# 204 ruger



## wilag1945 (Jan 18, 2011)

have a thompson center pro hunter in 204 ruger ,think made a mistake pros and cons on this rifle have a 6 to 24x50 nikon monarch ,pros and cons,how to get the best from this rifle scope combo kind of ammo bullet grain etc


----------



## pre-war (Mar 24, 2010)

What?


----------



## Savage260 (Oct 21, 2007)

> What?


HA HA HA, Exactly!!!

I think you made a mistake too, it was skipping English class!


----------



## bearhunter (Jan 30, 2009)

:drunk:


----------



## hogcaller (Dec 13, 2007)

"Kids, this brings me to my next point......DON"T DO CRACK!"


----------



## southdakbearfan (Oct 11, 2004)

I thought all of the above, but didn't say it.


----------



## jtillman (Oct 31, 2005)

I'll take a whack at summerizing.

*have a thompson center pro hunter in 204 ruger ,think made a mistake pros and cons on this rifle* --I think its an excellent rifle and a nice cartridge for varmit & coyote hunting. Why do you think you made a mistake? The only con I see is it being a single-shot. Pros are that it should be a very excellent shooting rifle.

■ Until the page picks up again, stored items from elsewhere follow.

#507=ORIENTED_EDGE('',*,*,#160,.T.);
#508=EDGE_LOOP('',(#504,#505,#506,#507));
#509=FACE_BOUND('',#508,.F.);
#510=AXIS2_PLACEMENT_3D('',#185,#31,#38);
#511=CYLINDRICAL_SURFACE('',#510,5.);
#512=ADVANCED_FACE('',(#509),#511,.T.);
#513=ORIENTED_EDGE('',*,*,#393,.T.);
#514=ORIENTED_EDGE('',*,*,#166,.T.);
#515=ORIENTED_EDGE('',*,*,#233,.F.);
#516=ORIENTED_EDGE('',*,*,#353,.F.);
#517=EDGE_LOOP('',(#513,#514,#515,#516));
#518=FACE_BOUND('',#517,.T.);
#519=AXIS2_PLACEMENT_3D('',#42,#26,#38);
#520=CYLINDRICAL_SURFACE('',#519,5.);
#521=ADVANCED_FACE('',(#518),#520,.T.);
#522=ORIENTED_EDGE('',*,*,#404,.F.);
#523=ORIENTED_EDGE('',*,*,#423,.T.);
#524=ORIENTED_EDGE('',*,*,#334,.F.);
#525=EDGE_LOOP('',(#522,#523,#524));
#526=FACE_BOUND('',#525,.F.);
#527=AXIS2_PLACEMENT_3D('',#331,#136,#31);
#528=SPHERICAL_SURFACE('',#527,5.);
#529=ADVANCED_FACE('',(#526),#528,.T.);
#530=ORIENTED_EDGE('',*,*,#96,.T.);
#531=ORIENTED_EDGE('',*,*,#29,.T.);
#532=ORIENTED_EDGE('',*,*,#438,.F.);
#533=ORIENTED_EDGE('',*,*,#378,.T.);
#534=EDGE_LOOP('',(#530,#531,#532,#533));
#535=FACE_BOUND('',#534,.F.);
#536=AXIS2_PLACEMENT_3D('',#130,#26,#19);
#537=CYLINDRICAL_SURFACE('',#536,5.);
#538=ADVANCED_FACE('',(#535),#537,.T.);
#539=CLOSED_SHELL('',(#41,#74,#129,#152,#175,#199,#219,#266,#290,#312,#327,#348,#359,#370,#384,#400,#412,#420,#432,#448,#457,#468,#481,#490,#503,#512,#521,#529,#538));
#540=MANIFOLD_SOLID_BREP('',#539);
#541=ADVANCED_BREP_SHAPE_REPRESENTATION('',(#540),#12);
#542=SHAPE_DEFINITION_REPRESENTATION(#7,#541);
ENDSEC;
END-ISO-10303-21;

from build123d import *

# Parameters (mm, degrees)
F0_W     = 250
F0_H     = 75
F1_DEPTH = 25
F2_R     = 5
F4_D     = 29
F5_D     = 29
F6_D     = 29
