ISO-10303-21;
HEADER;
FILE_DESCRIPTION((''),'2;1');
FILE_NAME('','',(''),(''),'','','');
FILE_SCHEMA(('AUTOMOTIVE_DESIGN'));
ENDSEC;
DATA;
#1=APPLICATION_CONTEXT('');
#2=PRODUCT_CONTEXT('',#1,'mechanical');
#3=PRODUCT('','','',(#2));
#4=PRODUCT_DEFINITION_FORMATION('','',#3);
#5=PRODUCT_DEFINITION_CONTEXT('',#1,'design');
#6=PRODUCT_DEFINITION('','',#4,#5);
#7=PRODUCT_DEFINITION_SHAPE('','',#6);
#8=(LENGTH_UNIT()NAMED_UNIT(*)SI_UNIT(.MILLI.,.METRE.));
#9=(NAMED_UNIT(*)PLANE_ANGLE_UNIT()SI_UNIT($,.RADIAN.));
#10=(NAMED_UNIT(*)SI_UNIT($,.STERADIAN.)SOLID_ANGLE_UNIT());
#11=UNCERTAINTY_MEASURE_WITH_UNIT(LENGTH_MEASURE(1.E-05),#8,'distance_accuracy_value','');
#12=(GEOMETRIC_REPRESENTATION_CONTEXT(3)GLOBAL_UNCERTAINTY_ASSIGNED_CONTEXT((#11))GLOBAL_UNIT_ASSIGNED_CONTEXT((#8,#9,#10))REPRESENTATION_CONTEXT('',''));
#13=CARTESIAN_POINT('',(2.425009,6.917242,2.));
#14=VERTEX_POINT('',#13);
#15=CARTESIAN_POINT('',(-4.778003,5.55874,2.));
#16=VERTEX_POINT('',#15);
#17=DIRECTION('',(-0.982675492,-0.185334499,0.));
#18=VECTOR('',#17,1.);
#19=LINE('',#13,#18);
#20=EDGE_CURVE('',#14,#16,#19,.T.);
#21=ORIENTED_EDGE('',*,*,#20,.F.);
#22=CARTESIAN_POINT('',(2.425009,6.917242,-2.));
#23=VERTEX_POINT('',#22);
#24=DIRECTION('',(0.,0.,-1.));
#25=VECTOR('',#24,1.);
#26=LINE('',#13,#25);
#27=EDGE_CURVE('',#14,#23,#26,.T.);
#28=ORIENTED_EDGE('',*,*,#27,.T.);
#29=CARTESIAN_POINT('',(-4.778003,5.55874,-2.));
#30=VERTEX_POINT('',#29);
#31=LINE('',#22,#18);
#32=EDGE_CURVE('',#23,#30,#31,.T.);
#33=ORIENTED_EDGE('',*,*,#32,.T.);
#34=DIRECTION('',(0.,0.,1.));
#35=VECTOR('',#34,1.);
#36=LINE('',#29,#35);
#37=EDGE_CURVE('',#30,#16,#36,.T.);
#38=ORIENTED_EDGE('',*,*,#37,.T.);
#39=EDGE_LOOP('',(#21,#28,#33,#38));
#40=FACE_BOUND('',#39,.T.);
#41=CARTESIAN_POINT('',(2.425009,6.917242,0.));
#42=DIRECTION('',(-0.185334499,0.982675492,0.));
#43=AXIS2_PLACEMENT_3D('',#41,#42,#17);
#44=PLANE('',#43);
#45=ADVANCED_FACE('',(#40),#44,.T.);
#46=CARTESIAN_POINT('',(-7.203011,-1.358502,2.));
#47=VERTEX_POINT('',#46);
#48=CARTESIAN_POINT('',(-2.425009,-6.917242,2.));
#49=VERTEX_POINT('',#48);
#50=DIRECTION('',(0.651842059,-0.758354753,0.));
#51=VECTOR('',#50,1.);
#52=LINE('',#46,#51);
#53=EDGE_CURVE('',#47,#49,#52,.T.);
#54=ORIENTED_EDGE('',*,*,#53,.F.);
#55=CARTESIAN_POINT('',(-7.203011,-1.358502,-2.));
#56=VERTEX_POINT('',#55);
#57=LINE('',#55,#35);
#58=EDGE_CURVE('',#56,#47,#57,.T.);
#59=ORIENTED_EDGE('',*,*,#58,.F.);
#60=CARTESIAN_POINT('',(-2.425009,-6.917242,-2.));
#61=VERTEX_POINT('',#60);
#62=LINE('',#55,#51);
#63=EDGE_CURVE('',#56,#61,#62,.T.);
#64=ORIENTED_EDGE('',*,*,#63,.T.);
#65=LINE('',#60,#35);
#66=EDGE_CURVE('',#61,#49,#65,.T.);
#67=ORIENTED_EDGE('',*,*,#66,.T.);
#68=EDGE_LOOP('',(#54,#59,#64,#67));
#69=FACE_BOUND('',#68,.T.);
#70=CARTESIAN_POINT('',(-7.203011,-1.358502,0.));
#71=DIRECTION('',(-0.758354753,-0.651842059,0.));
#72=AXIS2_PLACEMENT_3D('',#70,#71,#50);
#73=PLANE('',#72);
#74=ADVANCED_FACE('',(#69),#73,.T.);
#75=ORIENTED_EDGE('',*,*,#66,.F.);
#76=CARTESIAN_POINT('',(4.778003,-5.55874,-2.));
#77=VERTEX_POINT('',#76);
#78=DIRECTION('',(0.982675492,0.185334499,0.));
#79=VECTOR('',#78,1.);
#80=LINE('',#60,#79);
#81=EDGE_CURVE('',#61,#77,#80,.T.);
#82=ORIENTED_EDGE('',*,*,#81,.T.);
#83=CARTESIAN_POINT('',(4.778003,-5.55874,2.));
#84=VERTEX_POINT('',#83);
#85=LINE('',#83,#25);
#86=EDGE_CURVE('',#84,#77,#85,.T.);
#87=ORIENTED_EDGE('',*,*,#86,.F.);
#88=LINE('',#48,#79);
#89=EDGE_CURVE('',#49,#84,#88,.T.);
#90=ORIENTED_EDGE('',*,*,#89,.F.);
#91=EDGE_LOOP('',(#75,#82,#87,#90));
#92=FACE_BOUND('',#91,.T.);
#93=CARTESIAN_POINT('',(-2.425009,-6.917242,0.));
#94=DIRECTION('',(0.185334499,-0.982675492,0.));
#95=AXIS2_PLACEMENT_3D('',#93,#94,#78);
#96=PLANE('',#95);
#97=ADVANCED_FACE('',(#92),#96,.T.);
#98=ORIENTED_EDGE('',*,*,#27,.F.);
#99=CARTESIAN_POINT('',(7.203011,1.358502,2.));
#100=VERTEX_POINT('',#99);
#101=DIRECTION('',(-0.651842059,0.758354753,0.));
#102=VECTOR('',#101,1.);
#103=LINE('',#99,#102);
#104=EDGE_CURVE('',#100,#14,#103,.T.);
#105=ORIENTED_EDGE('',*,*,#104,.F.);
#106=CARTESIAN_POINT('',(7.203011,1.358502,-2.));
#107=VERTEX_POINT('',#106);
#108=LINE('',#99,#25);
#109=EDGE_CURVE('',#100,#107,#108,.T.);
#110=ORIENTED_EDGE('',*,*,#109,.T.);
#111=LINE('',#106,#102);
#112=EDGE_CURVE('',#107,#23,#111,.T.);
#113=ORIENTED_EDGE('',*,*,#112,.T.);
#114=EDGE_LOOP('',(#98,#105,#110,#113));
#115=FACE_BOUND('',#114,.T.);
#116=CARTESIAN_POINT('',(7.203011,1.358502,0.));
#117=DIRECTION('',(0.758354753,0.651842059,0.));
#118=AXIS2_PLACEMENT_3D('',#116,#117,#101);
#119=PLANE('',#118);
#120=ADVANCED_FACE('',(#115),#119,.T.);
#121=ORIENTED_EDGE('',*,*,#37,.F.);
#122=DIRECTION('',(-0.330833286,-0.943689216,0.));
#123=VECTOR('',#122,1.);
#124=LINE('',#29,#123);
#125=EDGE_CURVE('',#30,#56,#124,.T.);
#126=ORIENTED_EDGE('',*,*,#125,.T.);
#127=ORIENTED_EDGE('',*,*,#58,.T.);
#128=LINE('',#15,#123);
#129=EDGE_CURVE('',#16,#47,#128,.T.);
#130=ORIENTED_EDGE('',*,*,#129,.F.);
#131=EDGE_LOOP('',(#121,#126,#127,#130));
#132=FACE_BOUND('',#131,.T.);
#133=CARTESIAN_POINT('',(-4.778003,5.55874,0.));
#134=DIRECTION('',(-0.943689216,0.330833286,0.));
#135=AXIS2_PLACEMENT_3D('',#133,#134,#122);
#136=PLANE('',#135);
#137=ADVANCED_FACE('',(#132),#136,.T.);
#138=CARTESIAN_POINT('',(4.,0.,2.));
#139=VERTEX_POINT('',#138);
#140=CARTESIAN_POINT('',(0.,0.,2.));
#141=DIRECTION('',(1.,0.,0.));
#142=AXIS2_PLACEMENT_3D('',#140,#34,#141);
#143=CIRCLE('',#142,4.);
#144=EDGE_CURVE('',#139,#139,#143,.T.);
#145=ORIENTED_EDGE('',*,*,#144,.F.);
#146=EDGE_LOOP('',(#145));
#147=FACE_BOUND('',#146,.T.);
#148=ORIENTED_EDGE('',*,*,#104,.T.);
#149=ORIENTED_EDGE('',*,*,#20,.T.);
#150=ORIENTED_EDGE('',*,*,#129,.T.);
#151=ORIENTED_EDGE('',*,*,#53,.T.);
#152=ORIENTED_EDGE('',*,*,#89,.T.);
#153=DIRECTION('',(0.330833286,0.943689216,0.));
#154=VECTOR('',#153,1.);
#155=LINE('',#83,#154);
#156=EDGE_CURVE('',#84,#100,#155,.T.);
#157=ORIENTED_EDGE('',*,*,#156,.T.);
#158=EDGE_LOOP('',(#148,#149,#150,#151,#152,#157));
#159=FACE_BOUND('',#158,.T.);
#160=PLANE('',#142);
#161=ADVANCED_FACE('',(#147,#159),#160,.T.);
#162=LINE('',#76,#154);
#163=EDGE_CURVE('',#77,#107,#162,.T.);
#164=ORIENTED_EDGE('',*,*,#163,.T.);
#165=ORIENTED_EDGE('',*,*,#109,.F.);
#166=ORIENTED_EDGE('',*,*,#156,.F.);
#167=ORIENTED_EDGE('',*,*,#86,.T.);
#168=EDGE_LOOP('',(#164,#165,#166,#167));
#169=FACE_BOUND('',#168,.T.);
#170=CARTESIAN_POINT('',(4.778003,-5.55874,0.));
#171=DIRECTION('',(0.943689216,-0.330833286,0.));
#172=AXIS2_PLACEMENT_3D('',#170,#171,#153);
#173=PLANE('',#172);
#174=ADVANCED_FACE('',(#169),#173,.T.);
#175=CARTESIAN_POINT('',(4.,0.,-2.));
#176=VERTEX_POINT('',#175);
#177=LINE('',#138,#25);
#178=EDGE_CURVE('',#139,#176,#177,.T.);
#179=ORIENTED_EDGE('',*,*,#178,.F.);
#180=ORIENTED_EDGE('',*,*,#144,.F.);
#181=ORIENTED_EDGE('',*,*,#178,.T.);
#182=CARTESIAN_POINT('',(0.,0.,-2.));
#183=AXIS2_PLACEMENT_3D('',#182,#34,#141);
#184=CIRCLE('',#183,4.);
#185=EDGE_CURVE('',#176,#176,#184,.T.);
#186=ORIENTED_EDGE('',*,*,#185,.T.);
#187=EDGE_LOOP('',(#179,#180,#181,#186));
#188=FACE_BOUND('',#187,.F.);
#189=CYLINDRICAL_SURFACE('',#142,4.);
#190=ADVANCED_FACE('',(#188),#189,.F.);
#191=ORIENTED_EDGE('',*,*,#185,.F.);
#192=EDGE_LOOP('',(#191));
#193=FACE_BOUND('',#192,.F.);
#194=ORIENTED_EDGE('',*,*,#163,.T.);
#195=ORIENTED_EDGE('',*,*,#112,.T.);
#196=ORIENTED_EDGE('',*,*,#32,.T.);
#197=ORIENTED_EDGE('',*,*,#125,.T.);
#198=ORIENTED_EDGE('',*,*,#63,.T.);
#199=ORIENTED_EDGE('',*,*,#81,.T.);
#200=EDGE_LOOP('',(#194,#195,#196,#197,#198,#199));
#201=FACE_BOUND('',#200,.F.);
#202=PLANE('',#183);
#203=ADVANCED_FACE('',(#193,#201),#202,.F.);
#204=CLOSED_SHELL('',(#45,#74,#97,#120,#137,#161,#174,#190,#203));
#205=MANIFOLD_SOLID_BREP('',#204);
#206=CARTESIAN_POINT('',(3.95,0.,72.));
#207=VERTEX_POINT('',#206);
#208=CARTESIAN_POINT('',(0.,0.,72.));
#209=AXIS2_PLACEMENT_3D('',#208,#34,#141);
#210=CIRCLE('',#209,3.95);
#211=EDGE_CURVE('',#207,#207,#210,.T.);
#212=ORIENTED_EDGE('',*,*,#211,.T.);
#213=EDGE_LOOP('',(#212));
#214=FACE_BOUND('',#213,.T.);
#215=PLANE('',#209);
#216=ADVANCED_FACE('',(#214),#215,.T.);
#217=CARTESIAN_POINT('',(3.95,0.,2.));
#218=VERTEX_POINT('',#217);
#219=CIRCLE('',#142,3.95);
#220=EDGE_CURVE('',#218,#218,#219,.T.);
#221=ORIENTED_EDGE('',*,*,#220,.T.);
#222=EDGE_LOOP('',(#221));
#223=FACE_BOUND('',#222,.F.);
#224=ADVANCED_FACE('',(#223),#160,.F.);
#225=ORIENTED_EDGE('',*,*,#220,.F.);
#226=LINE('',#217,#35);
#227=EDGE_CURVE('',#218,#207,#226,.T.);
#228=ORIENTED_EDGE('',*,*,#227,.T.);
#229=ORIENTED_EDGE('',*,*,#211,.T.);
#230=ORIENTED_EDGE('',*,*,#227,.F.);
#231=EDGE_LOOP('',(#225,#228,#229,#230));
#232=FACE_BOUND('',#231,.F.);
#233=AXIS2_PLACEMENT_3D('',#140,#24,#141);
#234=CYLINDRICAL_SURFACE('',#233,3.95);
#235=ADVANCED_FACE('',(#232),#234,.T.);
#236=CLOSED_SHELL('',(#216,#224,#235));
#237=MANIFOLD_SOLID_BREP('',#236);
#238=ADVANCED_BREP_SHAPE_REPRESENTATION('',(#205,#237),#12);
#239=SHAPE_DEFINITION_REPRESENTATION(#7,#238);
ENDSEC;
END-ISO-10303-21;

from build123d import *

# Parameters (mm, degrees)
F1_DEPTH = 2
F2_R     = 4
F3_DEPTH = 25
F4_R     = 3.95
F5_DEPTH = 70


with BuildPart() as f1:
    # F0 (on Top) → F1 (new body, symmetric)
    with BuildSketch(Plane.XY):
        Polygon((2.425009, 6.917242), (-4.778003, 5.55874), (-7.203011, -1.358502), (-2.425009, -6.917242), (4.778003, -5.55874), (7.203011, 1.358502), align=None)
    extrude(amount=F1_DEPTH, both=True)

    # F2 (on face) → F3 (cut)
    with BuildSketch(Plane.XY.offset(2)):
        Circle(F2_R)
    extrude(amount=-F3_DEPTH, mode=Mode.SUBTRACT)


with BuildPart() as f5:
    # F4 (on face) → F5 (new body)
    with BuildSketch(Plane.XY.offset(2)):
        Circle(F4_R)
    extrude(amount=F5_DEPTH)


solid = Compound([f1.part, f5.part])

*have a 6 to 24x50 nikon monarch ,pros and cons* -Very nice scope, nothing wrong with it at all. Why the worry?

*how to get the best from this rifle scope combo kind of ammo bullet grain etc* -Mount the scope on the rifle with a good quality mount and rings. Find some 35gr or 40gr ammo and start shooting.

If that doesn't make any sense to you....you should really sell the rifle, scope and any ammo you have....as if you can't figure that out, you shouldn't be owning or posessing any type of firearm.


----------